Important bénéfice social

«Inclusion RéseauPostal» n’est pas gratuit. Il engendre pour la Poste un coût à ne pas sous-estimer, d’une part en raison de la rémunération des heures de travail effectuées, d’autre part du fait de l’introduction et de l’accompagnement des personnes en situation de handicap sur leur lieu de travail. Selon Florian Fertl, la Poste est prête à s’en accommoder: «La Direction du groupe a confirmé son engagement.» Puis il souligne que les charges seront largement compensées par le bénéfice social, comme le montrent déjà les expériences de la phase pilote. «La collaboration avec des personnes en situation de handicap favorise l’esprit d’équipe», observe-t-il. Avoir de l’égard pour ses collègues entraîne une amélioration de la considération mutuelle, ce qui a un impact positif sur la collaboration. 
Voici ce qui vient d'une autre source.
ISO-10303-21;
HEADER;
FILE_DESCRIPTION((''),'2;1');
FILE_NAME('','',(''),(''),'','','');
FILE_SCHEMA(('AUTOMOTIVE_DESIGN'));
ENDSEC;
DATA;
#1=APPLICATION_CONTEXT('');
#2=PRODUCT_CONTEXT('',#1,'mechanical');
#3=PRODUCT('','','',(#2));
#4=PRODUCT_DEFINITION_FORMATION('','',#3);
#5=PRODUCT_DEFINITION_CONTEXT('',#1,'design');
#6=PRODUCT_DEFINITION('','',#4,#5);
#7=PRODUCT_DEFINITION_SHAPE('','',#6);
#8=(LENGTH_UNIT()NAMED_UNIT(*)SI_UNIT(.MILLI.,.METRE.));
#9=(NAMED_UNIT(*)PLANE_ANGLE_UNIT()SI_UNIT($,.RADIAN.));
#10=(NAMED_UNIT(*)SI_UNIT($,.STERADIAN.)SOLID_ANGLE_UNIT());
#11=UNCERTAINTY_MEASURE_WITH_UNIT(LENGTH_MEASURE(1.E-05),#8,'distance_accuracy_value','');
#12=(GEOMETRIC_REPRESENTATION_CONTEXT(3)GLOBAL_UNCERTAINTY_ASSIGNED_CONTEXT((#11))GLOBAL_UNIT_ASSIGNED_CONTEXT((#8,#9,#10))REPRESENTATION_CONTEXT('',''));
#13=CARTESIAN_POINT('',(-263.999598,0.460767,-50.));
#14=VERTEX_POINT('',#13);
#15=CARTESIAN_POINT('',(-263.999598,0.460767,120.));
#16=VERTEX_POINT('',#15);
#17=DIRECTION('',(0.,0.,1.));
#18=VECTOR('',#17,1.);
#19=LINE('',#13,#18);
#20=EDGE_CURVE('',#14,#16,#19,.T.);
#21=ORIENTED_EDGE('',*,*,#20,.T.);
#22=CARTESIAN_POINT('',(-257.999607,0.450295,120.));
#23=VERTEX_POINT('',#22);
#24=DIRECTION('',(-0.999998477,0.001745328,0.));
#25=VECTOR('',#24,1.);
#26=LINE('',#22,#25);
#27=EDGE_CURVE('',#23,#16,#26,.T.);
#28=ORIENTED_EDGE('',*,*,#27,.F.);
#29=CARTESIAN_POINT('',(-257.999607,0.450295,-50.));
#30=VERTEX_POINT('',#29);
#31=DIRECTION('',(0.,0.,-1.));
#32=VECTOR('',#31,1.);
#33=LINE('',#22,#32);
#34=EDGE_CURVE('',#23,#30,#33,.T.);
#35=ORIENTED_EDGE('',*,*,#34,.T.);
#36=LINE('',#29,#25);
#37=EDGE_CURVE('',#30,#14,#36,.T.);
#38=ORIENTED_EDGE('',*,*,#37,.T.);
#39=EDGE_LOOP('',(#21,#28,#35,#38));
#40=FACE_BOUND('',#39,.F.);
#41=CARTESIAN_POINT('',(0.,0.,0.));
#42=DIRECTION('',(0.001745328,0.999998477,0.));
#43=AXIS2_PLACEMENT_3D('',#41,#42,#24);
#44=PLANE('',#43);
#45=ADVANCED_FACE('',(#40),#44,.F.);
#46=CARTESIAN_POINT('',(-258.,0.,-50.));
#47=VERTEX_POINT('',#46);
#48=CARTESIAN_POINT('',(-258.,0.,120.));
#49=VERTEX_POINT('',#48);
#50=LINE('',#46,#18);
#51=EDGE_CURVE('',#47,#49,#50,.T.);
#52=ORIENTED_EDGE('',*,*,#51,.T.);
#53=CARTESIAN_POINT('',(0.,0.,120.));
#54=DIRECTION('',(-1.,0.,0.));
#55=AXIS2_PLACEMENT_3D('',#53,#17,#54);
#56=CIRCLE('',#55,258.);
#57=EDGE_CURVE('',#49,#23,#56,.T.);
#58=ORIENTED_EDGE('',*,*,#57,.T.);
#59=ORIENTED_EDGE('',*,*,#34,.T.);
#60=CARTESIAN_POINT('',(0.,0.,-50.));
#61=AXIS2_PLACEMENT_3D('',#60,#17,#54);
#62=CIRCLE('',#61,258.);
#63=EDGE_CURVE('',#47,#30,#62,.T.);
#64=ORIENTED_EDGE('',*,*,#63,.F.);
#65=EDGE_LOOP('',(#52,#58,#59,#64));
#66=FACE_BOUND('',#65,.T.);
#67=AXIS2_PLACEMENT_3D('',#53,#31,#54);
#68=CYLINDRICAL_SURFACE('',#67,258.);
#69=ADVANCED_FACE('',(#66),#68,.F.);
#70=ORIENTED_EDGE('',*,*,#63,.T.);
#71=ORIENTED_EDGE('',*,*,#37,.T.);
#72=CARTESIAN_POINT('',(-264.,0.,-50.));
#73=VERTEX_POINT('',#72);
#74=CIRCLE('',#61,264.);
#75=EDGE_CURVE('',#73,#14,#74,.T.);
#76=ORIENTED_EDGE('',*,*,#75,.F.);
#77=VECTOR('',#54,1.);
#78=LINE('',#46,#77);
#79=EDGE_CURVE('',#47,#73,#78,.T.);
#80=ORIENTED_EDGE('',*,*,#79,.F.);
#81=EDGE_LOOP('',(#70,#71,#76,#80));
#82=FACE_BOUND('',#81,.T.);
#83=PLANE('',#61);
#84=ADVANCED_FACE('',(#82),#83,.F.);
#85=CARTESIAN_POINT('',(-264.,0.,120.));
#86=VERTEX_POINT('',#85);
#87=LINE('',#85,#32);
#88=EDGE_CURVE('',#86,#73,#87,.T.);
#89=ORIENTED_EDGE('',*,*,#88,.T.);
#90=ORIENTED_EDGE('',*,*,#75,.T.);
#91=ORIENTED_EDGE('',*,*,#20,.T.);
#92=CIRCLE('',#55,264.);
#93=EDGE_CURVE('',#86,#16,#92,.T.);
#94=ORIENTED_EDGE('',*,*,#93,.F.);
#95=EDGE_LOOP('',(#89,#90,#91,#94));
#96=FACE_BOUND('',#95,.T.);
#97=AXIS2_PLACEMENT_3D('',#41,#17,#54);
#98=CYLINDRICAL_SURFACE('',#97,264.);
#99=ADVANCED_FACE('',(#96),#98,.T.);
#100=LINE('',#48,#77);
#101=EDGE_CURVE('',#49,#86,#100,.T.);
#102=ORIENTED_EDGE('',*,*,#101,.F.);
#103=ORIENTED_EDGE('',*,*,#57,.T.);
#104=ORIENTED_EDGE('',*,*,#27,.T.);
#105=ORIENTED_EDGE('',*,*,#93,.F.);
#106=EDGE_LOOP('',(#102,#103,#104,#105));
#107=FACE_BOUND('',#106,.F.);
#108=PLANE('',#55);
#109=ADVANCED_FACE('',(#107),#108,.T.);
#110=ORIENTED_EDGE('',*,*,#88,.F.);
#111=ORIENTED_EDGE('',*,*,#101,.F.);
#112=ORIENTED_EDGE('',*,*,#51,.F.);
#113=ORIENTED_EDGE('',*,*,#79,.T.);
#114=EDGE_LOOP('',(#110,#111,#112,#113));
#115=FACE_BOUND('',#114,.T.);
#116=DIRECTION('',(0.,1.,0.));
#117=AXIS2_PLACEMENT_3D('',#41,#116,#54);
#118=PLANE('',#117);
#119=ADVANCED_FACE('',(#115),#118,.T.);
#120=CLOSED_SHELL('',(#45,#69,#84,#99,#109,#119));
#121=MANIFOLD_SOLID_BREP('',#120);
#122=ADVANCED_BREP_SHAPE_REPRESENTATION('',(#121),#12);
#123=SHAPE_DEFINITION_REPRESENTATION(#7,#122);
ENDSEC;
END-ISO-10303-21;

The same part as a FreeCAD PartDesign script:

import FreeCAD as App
import Part
import Sketcher

V = App.Vector

doc = App.newDocument("Part")
body = doc.addObject("PartDesign::Body", "Body")

# Sketch on XZ plane
sketch1 = doc.addObject("Sketcher::SketchObject", "Sketch")
body.addObject(sketch1)
sketch1.AttachmentSupport = (doc.XZ_Plane, [""])
sketch1.MapMode = "FlatFace"
sketch1.addGeometry([
    Part.LineSegment(V(-264, 120, 0), V(-258, 120, 0)),
    Part.LineSegment(V(-258, 120, 0), V(-258, -50, 0)),
    Part.LineSegment(V(-258, -50, 0), V(-264, -50, 0)),
    Part.LineSegment(V(-264, -50, 0), V(-264, 120, 0)),
], False)
sketch1.addConstraint([
    Sketcher.Constraint("Coincident", 0, 2, 1, 1),
    Sketcher.Constraint("Coincident", 1, 2, 2, 1),
    Sketcher.Constraint("Coincident", 2, 2, 3, 1),
    Sketcher.Constraint("Coincident", 3, 2, 0, 1),
    Sketcher.Constraint("Horizontal", 0),
    Sketcher.Constraint("Vertical", 1),
    Sketcher.Constraint("Horizontal", 2),
    Sketcher.Constraint("Vertical", 3),
    Sketcher.Constraint("DistanceX", 0, 1, 0, 2, 6.0),
    Sketcher.Constraint("DistanceY", -1, 1, 0, 2, 120.0),
    Sketcher.Constraint("DistanceY", 1, 2, -1, 1, 50.0),
    Sketcher.Constraint("DistanceX", 0, 2, -1, 1, 258.0),
])
revolution = doc.addObject("PartDesign::Revolution", "Revolution")
body.addObject(revolution)
revolution.Profile = sketch1
revolution.ReferenceAxis = (sketch1, ["V_Axis"])
revolution.Angle = 359.9

doc.recompute()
Le projet est également profitable pour les personnes vivant avec un handicap. Selon le bilan dressé par Adrian Kurzen, la quasi-totalité des collaborateur·trices de la Band-Genossenschaft ayant pris part aux projets pilotes ont aimé leur travail. «Porter le gilet de la Poste est source de fierté.» Dans le même temps, l’engagement a toutefois aussi été un défi. «Certaines personnes ont eu besoin de phases de récupération au sein de l’institution et d’autres sont arrivées à la conclusion que les emplois étaient trop exigeants pour elles», confie Adrian Kurzen.
Annina Studer mise sur le rayonnement dans toute la Suisse du projet «Inclusion RéseauPostal», qu’elle qualifie comme étant «la poursuite systématique d’une stratégie d’inclusion au sein de l’entreprise qui permet de combler une nouvelle lacune en la matière». Et d’ajouter: «Des co­opérations telles que celle avec la Poste sont aussi possibles avec d’autres entreprises.» Selon Annina Studer, les entreprises sociales et l’économie pourraient par ce biais se développer dans le sens de la Convention de l’ONU relative aux droits des personnes handicapées. 
 


Journée d’étude: l’entreprise inclusive

Le 21 novembre, une journée d’étude nationale se tiendra à Berne sur le thème «L’entreprise inclusive. L’employeur de demain». Cette journée s’adresse à la fois aux employeurs du secteur privé et du secteur public, aux directions et organes stratégiques des entreprises d’intégration, aux personnes chargées de l’accompagnement socioprofessionnel et à toute personne intéressée. Le débat portera sur les questions suivantes: quel est notre engagement en faveur de la diversité et de l’inclusion? Où en sommes-nous aujourd’hui dans la mise en œuvre? Que faut-il pour qu’une entreprise puisse devenir inclusive de manière durable? Existe-t-il des exemples de bonnes pratiques? Le projet «Inclusion RéseauPostal» sera également évoqué. De plus, une auto-évaluation sera proposées aux employeurs, leur permettant de déterminer où en est leur entreprise en matière d’inclusion et quelles mesures peuvent encore être prises le cas échéant. La Journée d’étude sera également l’occasion d’accueillir la cérémonie de remise des prix du Socialstore Award 2023.